Yan YuHan, Wu PengDa, Yin Yong, Guo PeiPei
Department of Geographic Information System, Chinese Academy of Surveying and mapping, Beijing, 100036, China.
School of Information Engineering, China University of Geosciences, Beijing, 100083, China.
Sci Rep. 2024 Dec 30;14(1):31616. doi: 10.1038/s41598-024-79812-2.

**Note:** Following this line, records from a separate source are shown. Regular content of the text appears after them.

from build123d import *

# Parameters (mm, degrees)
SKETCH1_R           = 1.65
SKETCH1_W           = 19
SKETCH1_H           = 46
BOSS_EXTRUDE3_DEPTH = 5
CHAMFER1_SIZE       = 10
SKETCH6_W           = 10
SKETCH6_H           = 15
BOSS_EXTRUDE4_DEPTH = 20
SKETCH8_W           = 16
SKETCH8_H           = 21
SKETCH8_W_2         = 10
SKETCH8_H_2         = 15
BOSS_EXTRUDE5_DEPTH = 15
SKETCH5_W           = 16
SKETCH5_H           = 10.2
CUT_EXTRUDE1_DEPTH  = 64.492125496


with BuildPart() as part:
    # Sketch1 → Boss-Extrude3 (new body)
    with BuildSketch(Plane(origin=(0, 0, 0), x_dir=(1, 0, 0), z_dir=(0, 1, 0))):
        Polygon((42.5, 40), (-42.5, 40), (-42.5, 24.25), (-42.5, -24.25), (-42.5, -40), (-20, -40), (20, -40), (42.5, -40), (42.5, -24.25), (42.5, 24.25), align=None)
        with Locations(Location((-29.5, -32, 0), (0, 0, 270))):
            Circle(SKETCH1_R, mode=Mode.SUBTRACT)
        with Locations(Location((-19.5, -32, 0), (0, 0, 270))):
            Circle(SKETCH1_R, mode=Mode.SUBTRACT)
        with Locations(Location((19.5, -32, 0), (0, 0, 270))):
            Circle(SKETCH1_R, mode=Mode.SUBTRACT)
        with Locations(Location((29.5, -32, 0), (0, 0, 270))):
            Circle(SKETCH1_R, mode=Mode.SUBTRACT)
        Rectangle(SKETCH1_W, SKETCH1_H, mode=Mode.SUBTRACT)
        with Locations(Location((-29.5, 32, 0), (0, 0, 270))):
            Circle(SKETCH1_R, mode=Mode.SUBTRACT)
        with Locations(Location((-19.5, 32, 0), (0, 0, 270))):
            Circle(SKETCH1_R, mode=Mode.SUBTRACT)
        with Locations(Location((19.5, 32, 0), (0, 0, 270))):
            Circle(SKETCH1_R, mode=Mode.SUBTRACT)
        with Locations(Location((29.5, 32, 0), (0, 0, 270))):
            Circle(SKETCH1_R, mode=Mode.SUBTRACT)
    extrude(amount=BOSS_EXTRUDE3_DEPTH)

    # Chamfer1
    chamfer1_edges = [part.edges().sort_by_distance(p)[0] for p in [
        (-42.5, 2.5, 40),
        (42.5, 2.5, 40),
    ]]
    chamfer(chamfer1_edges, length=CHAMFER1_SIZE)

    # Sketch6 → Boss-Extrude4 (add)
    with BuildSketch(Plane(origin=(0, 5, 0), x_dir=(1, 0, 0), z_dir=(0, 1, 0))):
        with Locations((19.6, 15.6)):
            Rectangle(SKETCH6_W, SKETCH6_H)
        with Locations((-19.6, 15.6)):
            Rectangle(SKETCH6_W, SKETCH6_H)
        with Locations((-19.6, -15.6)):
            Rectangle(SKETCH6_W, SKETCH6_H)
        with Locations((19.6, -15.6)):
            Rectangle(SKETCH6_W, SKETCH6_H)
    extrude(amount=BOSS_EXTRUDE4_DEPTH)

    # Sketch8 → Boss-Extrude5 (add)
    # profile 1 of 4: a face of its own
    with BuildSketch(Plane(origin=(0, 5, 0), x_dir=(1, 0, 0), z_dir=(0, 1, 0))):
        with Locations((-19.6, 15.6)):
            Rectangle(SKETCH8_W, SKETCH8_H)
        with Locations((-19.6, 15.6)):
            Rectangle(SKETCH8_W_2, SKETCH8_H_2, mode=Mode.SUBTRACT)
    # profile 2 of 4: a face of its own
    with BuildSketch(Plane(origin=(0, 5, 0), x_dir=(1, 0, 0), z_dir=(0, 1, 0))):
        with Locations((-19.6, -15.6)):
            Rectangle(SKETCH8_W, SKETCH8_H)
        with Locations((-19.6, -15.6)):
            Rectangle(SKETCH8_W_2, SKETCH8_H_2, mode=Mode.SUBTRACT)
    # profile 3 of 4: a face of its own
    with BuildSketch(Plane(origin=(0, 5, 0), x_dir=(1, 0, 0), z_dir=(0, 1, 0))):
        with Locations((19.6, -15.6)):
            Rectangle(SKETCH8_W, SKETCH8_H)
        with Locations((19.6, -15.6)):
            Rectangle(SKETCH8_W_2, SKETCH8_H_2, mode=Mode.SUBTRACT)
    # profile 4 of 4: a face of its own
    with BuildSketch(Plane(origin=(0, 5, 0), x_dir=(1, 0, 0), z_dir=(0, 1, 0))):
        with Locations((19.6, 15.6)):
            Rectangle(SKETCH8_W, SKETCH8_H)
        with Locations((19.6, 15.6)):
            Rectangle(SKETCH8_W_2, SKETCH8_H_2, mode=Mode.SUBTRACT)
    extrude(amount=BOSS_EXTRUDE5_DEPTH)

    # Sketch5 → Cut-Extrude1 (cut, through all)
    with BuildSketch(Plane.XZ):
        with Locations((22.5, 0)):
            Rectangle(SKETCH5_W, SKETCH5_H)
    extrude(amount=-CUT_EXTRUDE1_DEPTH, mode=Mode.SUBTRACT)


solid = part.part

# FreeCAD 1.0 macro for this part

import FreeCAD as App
import Part
import Sketcher
Q = App.Units.Quantity


def edges_at(feature, points):
    """Names of the edges that pass closest to the given points."""
    edges = feature.Shape.Edges
    near = lambda p: min(range(len(edges)), key=lambda i: edges[i].distToShape(Part.Vertex(*p))[0])
    return sorted({f"Edge{near(p) + 1}" for p in points})


def add_polygon(sketch, points):
    """Adds a closed chain of lines whose ends are joined by coincident constraints."""
    first, n = sketch.GeometryCount, len(points)
    for a, b in zip(points, points[1:] + points[:1]):
        sketch.addGeometry(Part.LineSegment(App.Vector(*a, 0), App.Vector(*b, 0)), False)
    for i in range(n):
        sketch.addConstraint(Sketcher.Constraint("Coincident", first + i, 2, first + (i + 1) % n, 1))

doc = App.newDocument("Part")
params = doc.addObject("Spreadsheet::Sheet", "Params")
for row, (alias, value) in enumerate([
    ("sketch1_diameter", "3.3 mm"),
    ("sketch1_width", "85 mm"),
    ("sketch1_width2", "19 mm"),
    ("sketch1_height", "80 mm"),
    ("sketch1_height2", "46 mm"),
    ("pad1_length", "5 mm"),
    ("chamfer_size", "10 mm"),
    ("sketch2_width", "10 mm"),
    ("sketch2_height", "15 mm"),
    ("pad2_length", "20 mm"),
    ("sketch3_width", "16 mm"),
    ("sketch3_width2", "10 mm"),
    ("sketch3_height", "21 mm"),
    ("sketch3_height2", "15 mm"),
    ("pad3_length", "15 mm"),
    ("sketch4_width", "16 mm"),
    ("sketch4_height", "10.2 mm"),
], start=1):
    params.set(f"A{row}", alias)
    params.set(f"B{row}", "=" + value)
    params.setAlias(f"B{row}", alias)

body = doc.addObject("PartDesign::Body", "Body")

# Sketch on XZ plane
sketch1 = doc.addObject("Sketcher::SketchObject", "Sketch")
body.addObject(sketch1)
sketch1.AttachmentSupport = (doc.XZ_Plane, [""])
sketch1.MapMode = "FlatFace"
add_polygon(sketch1, [(42.5, -40), (-42.5, -40), (-42.5, 40), (42.5, 40)])  # lines 0-3
sketch1.addGeometry(Part.Circle(App.Vector(-29.5, 32, 0), App.Vector(0, 0, 1), 1.6), False)  # 4
sketch1.addGeometry(Part.Circle(App.Vector(-19.5, 32, 0), App.Vector(0, 0, 1), 1.6), False)  # 5
sketch1.addGeometry(Part.Circle(App.Vector(19.5, 32, 0), App.Vector(0, 0, 1), 1.6), False)  # 6
sketch1.addGeometry(Part.Circle(App.Vector(29.5, 32, 0), App.Vector(0, 0, 1), 1.6), False)  # 7
sketch1.addGeometry(Part.Circle(App.Vector(-29.5, -32, 0), App.Vector(0, 0, 1), 1.6), False)  # 8
sketch1.addGeometry(Part.Circle(App.Vector(-19.5, -32, 0), App.Vector(0, 0, 1), 1.6), False)  # 9
add_polygon(sketch1, [(9.5, 23), (-9.5, 23), (-9.5, -23), (9.5, -23)])  # lines 10-13
sketch1.addGeometry(Part.Circle(App.Vector(19.5, -32, 0), App.Vector(0, 0, 1), 1.6), False)  # 14
sketch1.addGeometry(Part.Circle(App.Vector(29.5, -32, 0), App.Vector(0, 0, 1), 1.6), False)  # 15
sketch1.addConstraint(Sketcher.Constraint("Horizontal", 0))
sketch1.addConstraint(Sketcher.Constraint("Vertical", 1))
sketch1.addConstraint(Sketcher.Constraint("Horizontal", 2))
sketch1.addConstraint(Sketcher.Constraint("Vertical", 3))
sketch1.addConstraint(Sketcher.Constraint("Horizontal", 10))
sketch1.addConstraint(Sketcher.Constraint("Vertical", 11))
sketch1.addConstraint(Sketcher.Constraint("Horizontal", 12))
sketch1.addConstraint(Sketcher.Constraint("Vertical", 13))
sketch1.addConstraint(Sketcher.Constraint("Equal", 4, 5))
sketch1.addConstraint(Sketcher.Constraint("Equal", 5, 6))
sketch1.addConstraint(Sketcher.Constraint("Equal", 6, 7))
sketch1.addConstraint(Sketcher.Constraint("Equal", 7, 8))
sketch1.addConstraint(Sketcher.Constraint("Equal", 8, 9))
sketch1.addConstraint(Sketcher.Constraint("Equal", 9, 14))
sketch1.addConstraint(Sketcher.Constraint("Equal", 14, 15))
sketch1.addConstraint(Sketcher.Constraint("Symmetric", 7, 3, 8, 3, -1, 1))
sketch1.addConstraint(Sketcher.Constraint("Symmetric", 6, 3, 9, 3, -1, 1))
sketch1.addConstraint(Sketcher.Constraint("Symmetric", 5, 3, 14, 3, -1, 1))
sketch1.addConstraint(Sketcher.Constraint("Symmetric", 4, 3, 15, 3, -1, 1))
sketch1.addConstraint(Sketcher.Constraint("Symmetric", 0, 2, 2, 2, -1, 1))
sketch1.addConstraint(Sketcher.Constraint("Symmetric", 10, 2, 12, 2, -1, 1))
sketch1.addConstraint(Sketcher.Constraint("Symmetric", 5, 3, 6, 3, -2))
sketch1.addConstraint(Sketcher.Constraint("Symmetric", 4, 3, 7, 3, -2))
sketch1.addConstraint(Sketcher.Constraint("Horizontal", 4, 3, 5, 3))
sketch1.addConstraint(Sketcher.Constraint("Diameter", 4, Q("3.3 mm")))
sketch1.addConstraint(Sketcher.Constraint("DistanceX", 0, 2, 0, 1, Q("85 mm")))
sketch1.addConstraint(Sketcher.Constraint("DistanceX", 10, 2, 10, 1, Q("19 mm")))
sketch1.addConstraint(Sketcher.Constraint("DistanceY", 1, 1, 1, 2, Q("80 mm")))
sketch1.addConstraint(Sketcher.Constraint("DistanceY", 11, 2, 11, 1, Q("46 mm")))
sketch1.addConstraint(Sketcher.Constraint("DistanceY", -1, 1, 4, 3, Q("32 mm")))
sketch1.addConstraint(Sketcher.Constraint("DistanceX", 4, 3, 5, 3, Q("10 mm")))
sketch1.addConstraint(Sketcher.Constraint("DistanceX", 5, 3, 6, 3, Q("39 mm")))
sketch1.setExpression("Constraints[32]", "Params.sketch1_diameter")
sketch1.setExpression("Constraints[33]", "Params.sketch1_width")
sketch1.setExpression("Constraints[34]", "Params.sketch1_width2")
sketch1.setExpression("Constraints[35]", "Params.sketch1_height")
sketch1.setExpression("Constraints[36]", "Params.sketch1_height2")
pad1 = doc.addObject("PartDesign::Pad", "Pad")
body.addObject(pad1)
pad1.Profile = sketch1
pad1.setExpression("Length", "Params.pad1_length")
pad1.Reversed = True
doc.recompute()

chamfer = doc.addObject("PartDesign::Chamfer", "Chamfer")
body.addObject(chamfer)
chamfer.Base = (pad1, edges_at(pad1, [(-42.5, 2.5, 40), (42.5, 2.5, 40)]))
chamfer.setExpression("Size", "Params.chamfer_size")

# Sketch on XZ plane
sketch2 = doc.addObject("Sketcher::SketchObject", "Sketch001")
body.addObject(sketch2)
sketch2.AttachmentSupport = (doc.XZ_Plane, [""])
sketch2.MapMode = "FlatFace"
sketch2.AttachmentOffset = App.Placement(App.Vector(0, 0, -5), App.Rotation())
add_polygon(sketch2, [(15, -23), (15, -8), (25, -8), (25, -23)])  # lines 0-3
add_polygon(sketch2, [(-25, -23), (-25, -8), (-15, -8), (-15, -23)])  # lines 4-7
add_polygon(sketch2, [(-25, 8), (-25, 23), (-15, 23), (-15, 8)])  # lines 8-11
add_polygon(sketch2, [(15, 8), (15, 23), (25, 23), (25, 8)])  # lines 12-15
sketch2.addConstraint(Sketcher.Constraint("Vertical", 0))
sketch2.addConstraint(Sketcher.Constraint("Horizontal", 1))
sketch2.addConstraint(Sketcher.Constraint("Vertical", 2))
sketch2.addConstraint(Sketcher.Constraint("Horizontal", 3))
sketch2.addConstraint(Sketcher.Constraint("Vertical", 4))
sketch2.addConstraint(Sketcher.Constraint("Horizontal", 5))
sketch2.addConstraint(Sketcher.Constraint("Vertical", 6))
sketch2.addConstraint(Sketcher.Constraint("Horizontal", 7))
sketch2.addConstraint(Sketcher.Constraint("Vertical", 8))
sketch2.addConstraint(Sketcher.Constraint("Horizontal", 9))
sketch2.addConstraint(Sketcher.Constraint("Vertical", 10))
sketch2.addConstraint(Sketcher.Constraint("Horizontal", 11))
sketch2.addConstraint(Sketcher.Constraint("Vertical", 12))
sketch2.addConstraint(Sketcher.Constraint("Horizontal", 13))
sketch2.addConstraint(Sketcher.Constraint("Vertical", 14))
sketch2.addConstraint(Sketcher.Constraint("Horizontal", 15))
sketch2.addConstraint(Sketcher.Constraint("Symmetric", 2, 2, 8, 2, -1, 1))
sketch2.addConstraint(Sketcher.Constraint("Symmetric", 0, 2, 10, 2, -1, 1))
sketch2.addConstraint(Sketcher.Constraint("Symmetric", 6, 2, 12, 2, -1, 1))
sketch2.addConstraint(Sketcher.Constraint("Symmetric", 4, 2, 14, 2, -1, 1))
sketch2.addConstraint(Sketcher.Constraint("Symmetric", 1, 2, 4, 2, -2))
sketch2.addConstraint(Sketcher.Constraint("Symmetric", 3, 2, 6, 2, -2))
sketch2.addConstraint(Sketcher.Constraint("DistanceX", 1, 1, 1, 2, Q("10 mm")))
sketch2.addConstraint(Sketcher.Constraint("DistanceY", 0, 1, 0, 2, Q("15 mm")))
sketch2.addConstraint(Sketcher.Constraint("DistanceX", -1, 1, 0, 2, Q("14.6 mm")))
sketch2.addConstraint(Sketcher.Constraint("DistanceY", 0, 2, -1, 1, Q("8.1 mm")))
sketch2.setExpression("Constraints[38]", "Params.sketch2_width")
sketch2.setExpression("Constraints[39]", "Params.sketch2_height")
pad2 = doc.addObject("PartDesign::Pad", "Pad001")
body.addObject(pad2)
pad2.Profile = sketch2
pad2.setExpression("Length", "Params.pad2_length")
pad2.Reversed = True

Geographic entity matching is an important means for multi-source spatial data fusion and information association and sharing. Corresponding matching methods have been designed by existing studies for different types of entity data characteristics, such as line and area. However, these approaches are often limited in the generalization ability for matching heterogeneous data from multiple sources and the accuracy for complex pattern matching. To resolve these problems, robust multi-source geographic entities matching by maximizing geometric and semantic similarity is proposed. First, the entire entity is segmented based on shape features, and the partitioned feature segments are extracted as matching primitives; Second, feature segments are grouped into patterns, encompassing three major categories and fourteen subcategories; Following this, pattern matching is performed based on spatial similarity metric such as maximum projection distance, etc.; Finally, the spatial matches are detected and refined through semantic similarity calculation. The proposed method is tested using two datasets from regions in southeast and northwest China. The experimental results demonstrate that our method can be effectively applied to both area and line entity matching with strong generalization and application capability and significantly improved matching accuracy. Specifically, nine feature segment matching patterns for matching area entities and six for line entities are utilized, and the precision and recall are nearly 90%.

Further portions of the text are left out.